Le Pont Dona Ana enjambe le Zambèze entre les localités de Vila de Sena et Mutarara, au Mozambique. Cet ouvrage d'art ferroviaire a permis d'achever le chemin de fer de Sena reliant le Malawi, pays enclavé, au port de Beira sur l'océan Indien ainsi que l'acheminement du charbon en provenance du bassin houiller de Moatize vers ce même port, via la ligne Dona Ana—Moatize.

Ce pont, ouvert à la circulation en 1934, est long de 3,67 km et comprend 33 travées de 80 m et 7 de 50 m de long. Il a été en son temps, le plus grand pont ferroviaire d'Afrique. Il reste l'un des trois seuls ponts permettant le franchissement du Zambèze au mozambique avec le pont Samora-Machel en amont et le pont Armando Emilio Guebuza en aval.

Rendu inutilisable par des attaques du RENAMO durant la guerre civile mozambicaine , il a été réparé en 1995 et converti à la circulation routière puis totalement fermé au trafic routier en 2006 et ré-ouvert uniquement au trafic ferroviaire en 2009.
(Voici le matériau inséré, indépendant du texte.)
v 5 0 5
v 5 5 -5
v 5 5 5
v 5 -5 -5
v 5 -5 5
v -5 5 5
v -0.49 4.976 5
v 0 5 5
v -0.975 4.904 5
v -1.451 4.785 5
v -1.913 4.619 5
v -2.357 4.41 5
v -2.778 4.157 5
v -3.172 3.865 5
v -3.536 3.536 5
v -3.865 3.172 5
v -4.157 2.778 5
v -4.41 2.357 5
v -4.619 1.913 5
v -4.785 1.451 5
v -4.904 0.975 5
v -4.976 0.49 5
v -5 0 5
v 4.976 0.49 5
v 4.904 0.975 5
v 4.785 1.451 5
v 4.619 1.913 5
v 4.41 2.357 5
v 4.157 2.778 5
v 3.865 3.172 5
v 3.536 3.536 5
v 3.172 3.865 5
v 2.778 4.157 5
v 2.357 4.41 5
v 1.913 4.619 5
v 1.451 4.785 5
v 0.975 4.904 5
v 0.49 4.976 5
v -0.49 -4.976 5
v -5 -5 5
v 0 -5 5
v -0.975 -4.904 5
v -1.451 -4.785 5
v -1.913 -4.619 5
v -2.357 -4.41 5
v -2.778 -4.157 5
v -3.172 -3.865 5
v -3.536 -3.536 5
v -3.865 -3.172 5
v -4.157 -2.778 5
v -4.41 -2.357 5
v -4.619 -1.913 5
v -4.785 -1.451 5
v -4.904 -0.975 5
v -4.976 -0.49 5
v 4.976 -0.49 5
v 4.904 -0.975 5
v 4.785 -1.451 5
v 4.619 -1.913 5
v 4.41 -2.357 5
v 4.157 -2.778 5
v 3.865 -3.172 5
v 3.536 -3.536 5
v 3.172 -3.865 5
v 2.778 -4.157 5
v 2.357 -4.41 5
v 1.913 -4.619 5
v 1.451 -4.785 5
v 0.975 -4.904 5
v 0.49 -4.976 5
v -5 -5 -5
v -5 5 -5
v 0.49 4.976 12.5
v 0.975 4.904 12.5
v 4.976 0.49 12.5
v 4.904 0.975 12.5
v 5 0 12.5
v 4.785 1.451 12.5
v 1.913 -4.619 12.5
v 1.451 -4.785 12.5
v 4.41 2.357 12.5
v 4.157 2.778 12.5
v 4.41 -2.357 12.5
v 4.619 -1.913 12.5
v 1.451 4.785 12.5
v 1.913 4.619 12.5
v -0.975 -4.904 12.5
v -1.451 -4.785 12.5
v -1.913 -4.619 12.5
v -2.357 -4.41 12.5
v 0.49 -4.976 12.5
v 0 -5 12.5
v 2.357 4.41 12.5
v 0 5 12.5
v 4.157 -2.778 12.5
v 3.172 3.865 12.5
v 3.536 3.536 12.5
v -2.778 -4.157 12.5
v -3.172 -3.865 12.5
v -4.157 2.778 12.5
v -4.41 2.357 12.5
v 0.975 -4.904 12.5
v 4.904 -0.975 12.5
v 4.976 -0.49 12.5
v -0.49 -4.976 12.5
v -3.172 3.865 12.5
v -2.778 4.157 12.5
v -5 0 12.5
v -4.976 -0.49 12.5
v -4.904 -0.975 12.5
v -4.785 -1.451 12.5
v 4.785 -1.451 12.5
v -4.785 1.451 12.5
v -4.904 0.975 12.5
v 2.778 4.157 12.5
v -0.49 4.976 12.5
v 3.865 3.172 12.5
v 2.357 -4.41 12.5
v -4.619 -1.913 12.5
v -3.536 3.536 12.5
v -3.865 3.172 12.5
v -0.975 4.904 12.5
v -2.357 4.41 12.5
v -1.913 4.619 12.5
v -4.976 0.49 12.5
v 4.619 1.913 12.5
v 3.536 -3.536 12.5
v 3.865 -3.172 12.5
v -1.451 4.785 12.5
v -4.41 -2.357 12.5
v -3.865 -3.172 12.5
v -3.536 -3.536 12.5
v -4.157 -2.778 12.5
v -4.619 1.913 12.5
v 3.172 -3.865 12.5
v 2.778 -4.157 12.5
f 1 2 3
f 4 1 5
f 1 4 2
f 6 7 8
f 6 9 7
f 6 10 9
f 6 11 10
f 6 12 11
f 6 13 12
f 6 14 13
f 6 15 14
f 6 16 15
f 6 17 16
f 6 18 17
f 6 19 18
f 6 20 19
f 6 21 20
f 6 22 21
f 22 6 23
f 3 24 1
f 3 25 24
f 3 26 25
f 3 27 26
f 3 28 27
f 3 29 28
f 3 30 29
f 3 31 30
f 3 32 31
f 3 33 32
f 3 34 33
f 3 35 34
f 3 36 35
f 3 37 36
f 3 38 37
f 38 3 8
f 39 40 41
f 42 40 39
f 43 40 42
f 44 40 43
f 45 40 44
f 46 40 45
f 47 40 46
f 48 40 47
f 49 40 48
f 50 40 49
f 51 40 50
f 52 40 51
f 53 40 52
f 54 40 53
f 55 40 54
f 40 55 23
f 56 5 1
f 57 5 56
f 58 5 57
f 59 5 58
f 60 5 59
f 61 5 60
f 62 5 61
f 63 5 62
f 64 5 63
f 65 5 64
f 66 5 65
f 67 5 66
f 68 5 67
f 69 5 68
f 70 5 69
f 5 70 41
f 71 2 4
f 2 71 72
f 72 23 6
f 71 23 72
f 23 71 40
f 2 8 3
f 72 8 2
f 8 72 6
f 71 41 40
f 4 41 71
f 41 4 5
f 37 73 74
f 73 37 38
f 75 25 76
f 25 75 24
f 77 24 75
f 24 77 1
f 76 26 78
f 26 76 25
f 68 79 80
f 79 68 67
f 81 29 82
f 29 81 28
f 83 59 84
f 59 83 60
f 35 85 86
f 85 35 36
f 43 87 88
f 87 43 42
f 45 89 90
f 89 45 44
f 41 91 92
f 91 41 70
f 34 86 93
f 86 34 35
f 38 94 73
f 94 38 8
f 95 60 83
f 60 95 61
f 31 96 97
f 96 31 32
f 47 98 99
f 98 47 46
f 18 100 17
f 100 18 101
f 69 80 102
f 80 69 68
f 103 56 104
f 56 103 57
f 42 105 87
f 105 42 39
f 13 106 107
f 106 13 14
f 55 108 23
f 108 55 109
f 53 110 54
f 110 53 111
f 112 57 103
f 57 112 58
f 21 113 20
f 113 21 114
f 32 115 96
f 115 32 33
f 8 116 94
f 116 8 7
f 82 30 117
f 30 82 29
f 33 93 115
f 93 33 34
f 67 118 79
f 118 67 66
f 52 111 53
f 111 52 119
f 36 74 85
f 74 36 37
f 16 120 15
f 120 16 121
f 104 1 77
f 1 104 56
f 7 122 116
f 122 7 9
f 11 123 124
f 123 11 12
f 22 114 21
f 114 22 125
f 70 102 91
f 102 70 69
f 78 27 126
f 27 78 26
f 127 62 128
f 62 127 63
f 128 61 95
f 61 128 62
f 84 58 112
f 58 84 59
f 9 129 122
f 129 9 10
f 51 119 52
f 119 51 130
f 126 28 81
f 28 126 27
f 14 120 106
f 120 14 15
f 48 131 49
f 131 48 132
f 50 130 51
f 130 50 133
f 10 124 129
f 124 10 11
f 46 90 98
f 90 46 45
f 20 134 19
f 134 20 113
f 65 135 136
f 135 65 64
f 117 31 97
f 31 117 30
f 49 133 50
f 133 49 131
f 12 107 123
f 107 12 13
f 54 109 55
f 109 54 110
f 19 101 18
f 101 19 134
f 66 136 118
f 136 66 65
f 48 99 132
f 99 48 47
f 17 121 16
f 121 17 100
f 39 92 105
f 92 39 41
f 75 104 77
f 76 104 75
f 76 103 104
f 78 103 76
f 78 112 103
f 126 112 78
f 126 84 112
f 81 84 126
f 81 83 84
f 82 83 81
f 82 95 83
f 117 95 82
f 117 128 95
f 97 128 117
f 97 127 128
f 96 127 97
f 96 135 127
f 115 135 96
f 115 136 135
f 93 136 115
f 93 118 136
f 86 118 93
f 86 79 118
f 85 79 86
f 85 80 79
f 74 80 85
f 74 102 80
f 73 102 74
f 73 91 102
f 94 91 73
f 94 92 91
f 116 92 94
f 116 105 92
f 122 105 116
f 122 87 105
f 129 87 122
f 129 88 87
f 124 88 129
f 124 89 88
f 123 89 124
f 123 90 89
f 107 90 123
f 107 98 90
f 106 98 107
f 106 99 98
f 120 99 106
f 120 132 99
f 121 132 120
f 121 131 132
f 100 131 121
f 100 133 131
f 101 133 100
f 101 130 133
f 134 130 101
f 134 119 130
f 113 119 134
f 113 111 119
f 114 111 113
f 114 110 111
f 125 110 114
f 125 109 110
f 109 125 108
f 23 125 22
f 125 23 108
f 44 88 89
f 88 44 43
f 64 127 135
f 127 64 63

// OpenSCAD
// Set fragment number for roundings
$fn = $preview ? 32 : 64;

// Size of the Cube (all directions)
cuSize = 10;

// The diameter of the Cylinder
cyDia = 10;

// The height of the Cylinder
cyHei = 15;

// Z-Translation of the Cylinder
tZ = 5;

// Create Cube and move Cylinder by 'tZ'
cube(size = [cuSize, cuSize, cuSize], center = true);
translate([0, 0, tZ])
    cylinder(d = cyDia, h = cyHei, center = true);
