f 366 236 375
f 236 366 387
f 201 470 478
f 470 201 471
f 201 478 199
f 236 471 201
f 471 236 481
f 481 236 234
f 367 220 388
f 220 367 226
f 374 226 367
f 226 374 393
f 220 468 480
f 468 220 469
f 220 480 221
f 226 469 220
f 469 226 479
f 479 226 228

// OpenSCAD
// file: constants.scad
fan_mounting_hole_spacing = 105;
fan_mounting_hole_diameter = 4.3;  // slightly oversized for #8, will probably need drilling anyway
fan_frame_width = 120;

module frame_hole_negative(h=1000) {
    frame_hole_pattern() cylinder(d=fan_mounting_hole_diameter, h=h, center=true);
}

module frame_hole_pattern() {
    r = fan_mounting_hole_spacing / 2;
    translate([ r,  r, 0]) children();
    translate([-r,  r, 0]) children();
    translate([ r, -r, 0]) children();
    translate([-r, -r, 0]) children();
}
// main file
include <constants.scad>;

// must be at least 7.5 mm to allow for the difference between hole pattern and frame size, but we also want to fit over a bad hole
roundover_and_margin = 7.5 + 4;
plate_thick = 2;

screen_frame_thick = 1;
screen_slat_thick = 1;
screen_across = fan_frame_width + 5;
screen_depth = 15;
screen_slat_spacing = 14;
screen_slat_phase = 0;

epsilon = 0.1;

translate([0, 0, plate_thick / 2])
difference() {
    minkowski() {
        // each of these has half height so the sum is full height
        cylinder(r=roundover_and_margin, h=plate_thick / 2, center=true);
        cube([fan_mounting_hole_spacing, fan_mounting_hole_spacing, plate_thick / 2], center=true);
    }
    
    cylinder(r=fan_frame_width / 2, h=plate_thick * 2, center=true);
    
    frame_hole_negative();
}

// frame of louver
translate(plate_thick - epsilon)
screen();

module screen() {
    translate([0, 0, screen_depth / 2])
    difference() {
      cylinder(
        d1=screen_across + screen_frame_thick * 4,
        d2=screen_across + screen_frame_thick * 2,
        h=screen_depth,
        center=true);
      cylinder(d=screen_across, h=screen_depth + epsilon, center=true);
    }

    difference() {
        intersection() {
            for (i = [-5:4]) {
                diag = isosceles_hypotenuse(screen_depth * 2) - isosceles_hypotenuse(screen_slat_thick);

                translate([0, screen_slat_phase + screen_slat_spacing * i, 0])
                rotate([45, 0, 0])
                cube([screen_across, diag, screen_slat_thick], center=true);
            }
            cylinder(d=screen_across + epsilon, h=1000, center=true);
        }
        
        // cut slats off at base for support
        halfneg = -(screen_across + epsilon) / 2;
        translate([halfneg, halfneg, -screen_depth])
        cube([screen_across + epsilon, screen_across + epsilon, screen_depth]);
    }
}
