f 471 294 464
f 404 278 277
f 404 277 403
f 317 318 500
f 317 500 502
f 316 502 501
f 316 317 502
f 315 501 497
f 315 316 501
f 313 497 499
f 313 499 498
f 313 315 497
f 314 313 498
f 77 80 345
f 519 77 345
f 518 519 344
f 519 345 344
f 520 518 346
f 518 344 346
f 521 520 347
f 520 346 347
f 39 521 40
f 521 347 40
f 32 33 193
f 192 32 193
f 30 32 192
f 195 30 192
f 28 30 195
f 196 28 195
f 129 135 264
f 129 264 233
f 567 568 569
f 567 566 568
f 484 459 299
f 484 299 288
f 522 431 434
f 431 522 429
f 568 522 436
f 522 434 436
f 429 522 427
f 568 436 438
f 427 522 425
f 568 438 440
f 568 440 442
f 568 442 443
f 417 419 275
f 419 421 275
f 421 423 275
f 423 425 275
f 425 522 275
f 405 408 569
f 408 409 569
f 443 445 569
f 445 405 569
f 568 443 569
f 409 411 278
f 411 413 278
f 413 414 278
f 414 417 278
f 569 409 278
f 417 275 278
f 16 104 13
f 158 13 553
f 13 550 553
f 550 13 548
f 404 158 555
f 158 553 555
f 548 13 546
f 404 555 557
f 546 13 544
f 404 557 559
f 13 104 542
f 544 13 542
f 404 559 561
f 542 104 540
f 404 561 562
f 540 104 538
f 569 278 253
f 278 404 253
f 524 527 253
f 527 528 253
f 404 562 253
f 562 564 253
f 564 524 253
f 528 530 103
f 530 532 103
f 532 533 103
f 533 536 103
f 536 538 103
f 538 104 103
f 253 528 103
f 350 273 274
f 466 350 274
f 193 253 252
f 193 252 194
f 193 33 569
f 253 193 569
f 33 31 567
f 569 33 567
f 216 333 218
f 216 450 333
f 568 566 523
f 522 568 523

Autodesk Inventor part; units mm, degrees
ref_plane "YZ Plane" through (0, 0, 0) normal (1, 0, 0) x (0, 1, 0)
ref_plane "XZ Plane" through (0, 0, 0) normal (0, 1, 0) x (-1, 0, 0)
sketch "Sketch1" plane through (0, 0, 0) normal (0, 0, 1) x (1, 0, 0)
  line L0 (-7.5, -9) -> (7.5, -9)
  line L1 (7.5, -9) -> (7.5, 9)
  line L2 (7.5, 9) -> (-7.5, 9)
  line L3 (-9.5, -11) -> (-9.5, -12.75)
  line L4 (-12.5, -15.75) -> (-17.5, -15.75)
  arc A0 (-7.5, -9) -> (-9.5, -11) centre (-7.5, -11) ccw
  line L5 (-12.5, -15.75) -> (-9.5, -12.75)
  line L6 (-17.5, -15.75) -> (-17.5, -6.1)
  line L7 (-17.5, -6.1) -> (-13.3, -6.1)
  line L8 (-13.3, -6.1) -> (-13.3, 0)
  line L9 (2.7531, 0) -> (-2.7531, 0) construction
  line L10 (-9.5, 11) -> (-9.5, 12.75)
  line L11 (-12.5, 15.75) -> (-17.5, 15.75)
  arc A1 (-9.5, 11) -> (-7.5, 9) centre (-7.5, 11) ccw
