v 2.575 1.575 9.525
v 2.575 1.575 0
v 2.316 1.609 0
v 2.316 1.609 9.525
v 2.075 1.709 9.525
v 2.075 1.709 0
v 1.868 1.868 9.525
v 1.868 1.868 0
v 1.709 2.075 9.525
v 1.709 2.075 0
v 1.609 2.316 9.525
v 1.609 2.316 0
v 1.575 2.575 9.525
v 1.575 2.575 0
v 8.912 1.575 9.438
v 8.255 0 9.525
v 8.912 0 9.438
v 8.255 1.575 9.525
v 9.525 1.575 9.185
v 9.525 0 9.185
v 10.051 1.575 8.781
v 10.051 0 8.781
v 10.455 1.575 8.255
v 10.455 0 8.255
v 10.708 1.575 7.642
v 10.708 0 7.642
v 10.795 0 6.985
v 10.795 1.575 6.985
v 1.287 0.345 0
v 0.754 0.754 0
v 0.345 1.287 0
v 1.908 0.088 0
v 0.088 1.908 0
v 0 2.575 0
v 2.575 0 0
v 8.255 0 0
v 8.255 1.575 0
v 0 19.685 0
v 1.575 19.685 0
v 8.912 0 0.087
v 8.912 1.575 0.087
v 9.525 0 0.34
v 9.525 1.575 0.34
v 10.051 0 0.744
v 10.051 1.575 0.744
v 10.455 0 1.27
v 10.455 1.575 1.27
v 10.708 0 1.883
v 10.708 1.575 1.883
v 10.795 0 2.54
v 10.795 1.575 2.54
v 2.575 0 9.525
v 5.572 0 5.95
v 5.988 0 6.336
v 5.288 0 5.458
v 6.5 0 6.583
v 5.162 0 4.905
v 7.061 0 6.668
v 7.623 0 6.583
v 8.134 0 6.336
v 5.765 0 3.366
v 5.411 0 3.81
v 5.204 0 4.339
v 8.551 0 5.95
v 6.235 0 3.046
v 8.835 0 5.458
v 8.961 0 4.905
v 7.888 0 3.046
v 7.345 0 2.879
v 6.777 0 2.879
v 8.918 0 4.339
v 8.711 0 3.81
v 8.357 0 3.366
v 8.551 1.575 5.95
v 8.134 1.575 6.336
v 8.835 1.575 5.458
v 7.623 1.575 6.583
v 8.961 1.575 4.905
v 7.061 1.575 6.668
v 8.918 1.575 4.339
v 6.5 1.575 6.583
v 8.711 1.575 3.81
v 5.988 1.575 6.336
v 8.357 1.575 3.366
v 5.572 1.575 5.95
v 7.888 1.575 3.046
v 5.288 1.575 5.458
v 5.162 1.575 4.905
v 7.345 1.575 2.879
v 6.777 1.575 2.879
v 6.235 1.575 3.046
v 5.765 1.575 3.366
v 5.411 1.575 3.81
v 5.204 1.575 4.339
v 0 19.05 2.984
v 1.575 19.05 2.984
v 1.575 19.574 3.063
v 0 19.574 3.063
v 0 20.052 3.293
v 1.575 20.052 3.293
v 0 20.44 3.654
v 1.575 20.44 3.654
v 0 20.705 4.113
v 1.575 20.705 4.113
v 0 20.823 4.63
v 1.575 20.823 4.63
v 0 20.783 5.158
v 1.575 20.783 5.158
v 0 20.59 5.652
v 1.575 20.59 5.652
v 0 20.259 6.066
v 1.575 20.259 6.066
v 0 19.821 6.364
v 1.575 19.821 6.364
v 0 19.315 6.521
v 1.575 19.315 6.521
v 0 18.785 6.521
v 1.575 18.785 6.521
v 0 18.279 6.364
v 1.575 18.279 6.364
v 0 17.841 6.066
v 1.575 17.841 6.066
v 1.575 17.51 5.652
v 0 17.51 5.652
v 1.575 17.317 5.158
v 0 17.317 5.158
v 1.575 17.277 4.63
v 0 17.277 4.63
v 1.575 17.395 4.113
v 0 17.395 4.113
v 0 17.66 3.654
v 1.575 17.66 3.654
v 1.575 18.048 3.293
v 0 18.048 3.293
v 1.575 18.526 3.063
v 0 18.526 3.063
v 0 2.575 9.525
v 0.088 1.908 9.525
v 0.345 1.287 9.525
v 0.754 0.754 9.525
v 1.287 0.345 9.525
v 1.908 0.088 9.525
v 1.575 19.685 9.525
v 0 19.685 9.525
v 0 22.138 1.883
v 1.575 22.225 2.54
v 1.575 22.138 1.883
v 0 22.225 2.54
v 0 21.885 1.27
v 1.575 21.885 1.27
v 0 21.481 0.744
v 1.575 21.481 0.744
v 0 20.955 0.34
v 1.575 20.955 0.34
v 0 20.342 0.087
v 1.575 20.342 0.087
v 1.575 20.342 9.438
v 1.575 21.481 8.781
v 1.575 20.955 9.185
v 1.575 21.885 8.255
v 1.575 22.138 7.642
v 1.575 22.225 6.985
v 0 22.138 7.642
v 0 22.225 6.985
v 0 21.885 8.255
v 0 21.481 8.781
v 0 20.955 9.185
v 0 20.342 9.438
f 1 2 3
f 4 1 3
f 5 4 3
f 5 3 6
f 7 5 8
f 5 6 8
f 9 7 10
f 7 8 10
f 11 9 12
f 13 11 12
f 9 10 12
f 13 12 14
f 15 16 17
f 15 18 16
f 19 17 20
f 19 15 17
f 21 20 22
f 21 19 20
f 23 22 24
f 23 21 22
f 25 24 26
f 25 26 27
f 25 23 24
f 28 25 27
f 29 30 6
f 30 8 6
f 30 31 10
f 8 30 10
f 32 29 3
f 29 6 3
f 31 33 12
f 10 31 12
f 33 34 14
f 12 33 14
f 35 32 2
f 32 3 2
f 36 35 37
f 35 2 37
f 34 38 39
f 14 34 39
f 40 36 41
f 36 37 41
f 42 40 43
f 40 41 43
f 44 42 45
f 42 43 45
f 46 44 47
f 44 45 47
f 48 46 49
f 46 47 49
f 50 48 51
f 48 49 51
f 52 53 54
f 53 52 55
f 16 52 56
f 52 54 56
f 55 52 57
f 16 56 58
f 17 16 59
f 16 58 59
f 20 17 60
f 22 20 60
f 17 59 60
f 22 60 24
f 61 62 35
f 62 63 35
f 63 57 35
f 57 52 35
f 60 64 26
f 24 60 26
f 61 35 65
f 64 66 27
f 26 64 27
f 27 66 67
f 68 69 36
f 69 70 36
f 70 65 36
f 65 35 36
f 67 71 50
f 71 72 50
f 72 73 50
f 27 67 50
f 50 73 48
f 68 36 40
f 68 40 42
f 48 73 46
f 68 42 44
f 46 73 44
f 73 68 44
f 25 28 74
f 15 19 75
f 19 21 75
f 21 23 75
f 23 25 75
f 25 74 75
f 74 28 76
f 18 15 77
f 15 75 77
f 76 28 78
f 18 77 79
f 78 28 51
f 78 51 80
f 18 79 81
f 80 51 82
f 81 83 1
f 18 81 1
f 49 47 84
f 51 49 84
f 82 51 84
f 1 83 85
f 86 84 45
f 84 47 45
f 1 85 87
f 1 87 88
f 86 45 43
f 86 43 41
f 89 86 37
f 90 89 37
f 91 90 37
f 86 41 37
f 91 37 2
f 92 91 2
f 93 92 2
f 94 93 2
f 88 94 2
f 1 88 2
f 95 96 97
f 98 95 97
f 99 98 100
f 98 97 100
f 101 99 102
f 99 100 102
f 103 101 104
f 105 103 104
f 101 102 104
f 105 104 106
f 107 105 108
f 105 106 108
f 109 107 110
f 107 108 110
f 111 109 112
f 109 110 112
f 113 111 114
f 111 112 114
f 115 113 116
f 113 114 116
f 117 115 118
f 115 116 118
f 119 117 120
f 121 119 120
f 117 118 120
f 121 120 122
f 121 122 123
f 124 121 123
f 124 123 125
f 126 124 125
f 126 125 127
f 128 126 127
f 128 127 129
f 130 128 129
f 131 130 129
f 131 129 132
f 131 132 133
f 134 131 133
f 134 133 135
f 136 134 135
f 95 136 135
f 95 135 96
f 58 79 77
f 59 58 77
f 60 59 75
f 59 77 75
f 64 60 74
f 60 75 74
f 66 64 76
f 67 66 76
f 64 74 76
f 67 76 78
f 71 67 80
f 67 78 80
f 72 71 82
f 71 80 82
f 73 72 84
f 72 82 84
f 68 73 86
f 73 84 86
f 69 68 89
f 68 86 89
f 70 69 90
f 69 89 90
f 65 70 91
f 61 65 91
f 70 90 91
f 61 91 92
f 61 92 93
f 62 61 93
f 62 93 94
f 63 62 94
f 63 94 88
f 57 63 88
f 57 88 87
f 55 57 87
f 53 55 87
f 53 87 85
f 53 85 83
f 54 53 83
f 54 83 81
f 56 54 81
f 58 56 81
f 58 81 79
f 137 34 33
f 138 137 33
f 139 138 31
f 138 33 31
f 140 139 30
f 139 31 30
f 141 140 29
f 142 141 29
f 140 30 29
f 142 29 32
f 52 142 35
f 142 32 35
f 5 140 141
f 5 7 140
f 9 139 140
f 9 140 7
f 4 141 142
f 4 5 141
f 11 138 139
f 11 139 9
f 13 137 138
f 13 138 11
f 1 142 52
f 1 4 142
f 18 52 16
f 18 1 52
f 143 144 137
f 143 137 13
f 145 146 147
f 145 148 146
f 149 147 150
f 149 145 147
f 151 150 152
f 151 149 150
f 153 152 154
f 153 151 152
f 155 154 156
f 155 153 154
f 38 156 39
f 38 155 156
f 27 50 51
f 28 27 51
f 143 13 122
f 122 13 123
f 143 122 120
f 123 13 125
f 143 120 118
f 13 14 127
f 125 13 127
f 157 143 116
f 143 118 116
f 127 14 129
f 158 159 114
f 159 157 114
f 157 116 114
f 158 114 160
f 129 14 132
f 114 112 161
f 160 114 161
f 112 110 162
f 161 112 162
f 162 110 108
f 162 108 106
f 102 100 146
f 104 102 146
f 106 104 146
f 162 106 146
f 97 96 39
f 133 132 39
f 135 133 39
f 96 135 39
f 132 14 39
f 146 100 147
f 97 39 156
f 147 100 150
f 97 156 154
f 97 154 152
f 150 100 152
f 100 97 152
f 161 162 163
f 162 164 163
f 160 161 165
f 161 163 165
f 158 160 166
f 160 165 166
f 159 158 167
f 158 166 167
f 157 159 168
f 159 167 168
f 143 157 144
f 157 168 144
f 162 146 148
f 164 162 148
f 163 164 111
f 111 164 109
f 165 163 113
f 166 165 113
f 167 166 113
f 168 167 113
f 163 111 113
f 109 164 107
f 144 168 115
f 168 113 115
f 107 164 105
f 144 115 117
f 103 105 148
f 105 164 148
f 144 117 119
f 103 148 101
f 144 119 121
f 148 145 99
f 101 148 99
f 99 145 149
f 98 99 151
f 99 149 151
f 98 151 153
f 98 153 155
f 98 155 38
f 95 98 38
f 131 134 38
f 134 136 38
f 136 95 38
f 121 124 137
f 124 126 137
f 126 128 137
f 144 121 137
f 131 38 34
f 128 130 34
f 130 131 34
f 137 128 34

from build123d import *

# Parameters (mm, degrees)
BASE_FLANGE1_DEPTH = 9.525
SKETCH6_R          = 1.905
CUT_EXTRUDE1_DEPTH = 26.173168455
SKETCH7_R          = 1.778
CUT_EXTRUDE2_DEPTH = 26.878337235
FILLET1_R          = 2.54


# Sheet-metal steps are written as plain solids
with BuildPart() as part:
    # Sketch2 → Base-Flange1 (new body)
    with BuildSketch(Plane.XY):
        with BuildLine():
            Line((0, 22.225), (0, 2.5748))
            ThreePointArc((0, 2.5748), (0.75414146, 0.75414146), (2.5748, 0))
            Line((2.5748, 0), (10.795, 0))
            Line((10.795, 0), (10.795, 1.5748))
            Line((10.795, 1.5748), (2.5748, 1.5748))
            ThreePointArc((2.5748, 1.5748), (1.867693219, 1.867693219), (1.5748, 2.5748))
            Line((1.5748, 2.5748), (1.5748, 22.225))
            Line((1.5748, 22.225), (0, 22.225))
        make_face()
    extrude(amount=BASE_FLANGE1_DEPTH)

    # Sketch6 → Cut-Extrude1 (cut, through all)
    with BuildSketch(Plane(origin=(0, 1.5748, 0), x_dir=(1, 0, 0), z_dir=(0, 1, 0))):
        with Locations(Location((7.0612, -4.7625, 0), (0, 0, 270))):
            Circle(SKETCH6_R)
    extrude(amount=-CUT_EXTRUDE1_DEPTH, mode=Mode.SUBTRACT)

    # Sketch7 → Cut-Extrude2 (cut, through all)
    with BuildSketch(Plane(origin=(1.5748, 0, 0), x_dir=(0, 0, -1), z_dir=(1, 0, 0))):
        with Locations((-4.7625, 19.05)):
            Circle(SKETCH7_R)
    extrude(amount=-CUT_EXTRUDE2_DEPTH, mode=Mode.SUBTRACT)

    # Fillet1
    fillet1_edges = [part.edges().sort_by_distance(p)[0] for p in [
        (10.795, 0.7874, 9.525),
        (0.7874, 22.225, 9.525),
        (10.795, 0.7874, 0),
        (0.7874, 22.225, 0),
    ]]
    fillet(fillet1_edges, radius=FILLET1_R)


solid = part.part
Toponymie[modifier | modifier le code]

Dona Ana fait référence à la petite localité, de nos jours dénommée Mutarara, sur la rive gauche du Zambèze, à partir de laquelle le pont a été édifié. Le nom de la localité provient lui même d'Ana Cativa, une riche prazeira ainsi que l'on nommait dans la colonie du Mozambique, les Portugais possédant de grandes propriétés, les prazos, dans la vallée du Zambèze[1]. Dona Ana a été décrite comme une « femme zambésienne blanche d'une beauté saisissante et extrêmement riche qui, à son apogée, aurait possédé un palanquin (machila) incrusté d'or »[1].

Description[modifier | modifier le code]

L'ouvrage d'art est subdivisé en trois éléments distincts. Le pont bow-string principal, long de 2 992 m, qui comprend 40 travées, 33 de 80 m de portée et 7 de 50 m[2]. Les piles ont été posées soit directement, soit via un forage. Deux viaducs d'accès ont été édifiés sur la rive gauche (122 m) et la rive droite (563 m)[2]. Ils sont constitués de deux structures de poutrelles d'acier en « I » intercalées avec des joints de dilatation. Une voie ferroviaire à écartement de 1067 mm traverse l'ouvrage[2].

Il existe aussi, latéralement, un passage piéton également emprunté par les cyclistes[2].

Histoire[modifier | modifier le code]

Mise en place du chemin de fer de Sena[modifier | modifier le code]

Dès le début du XXe siècle, les Britanniques cherchent à relier le Protectorat britannique d'Afrique centrale (actuel Malawi) à l'océan Indien. Le fleuve Zambèze et son affluent, la Shire, étant coupés par des rapides et sujets à de grandes variations de leur débit, la construction d'une voie ferrée s'impose.

Un premier tronçon de ce chemin de fer est édifié à partir de 1901, lorsque la Shire Highlands Railway Company fondée par des investisseurs britanniques obtient une concession pour la construction d'une voie ferrée reliant Mangochi, situé à l'extrémité sud du lac Malawi, à Nsanje (Port Herald), sur la rivière Shire, à l'extrême sud du protectorat.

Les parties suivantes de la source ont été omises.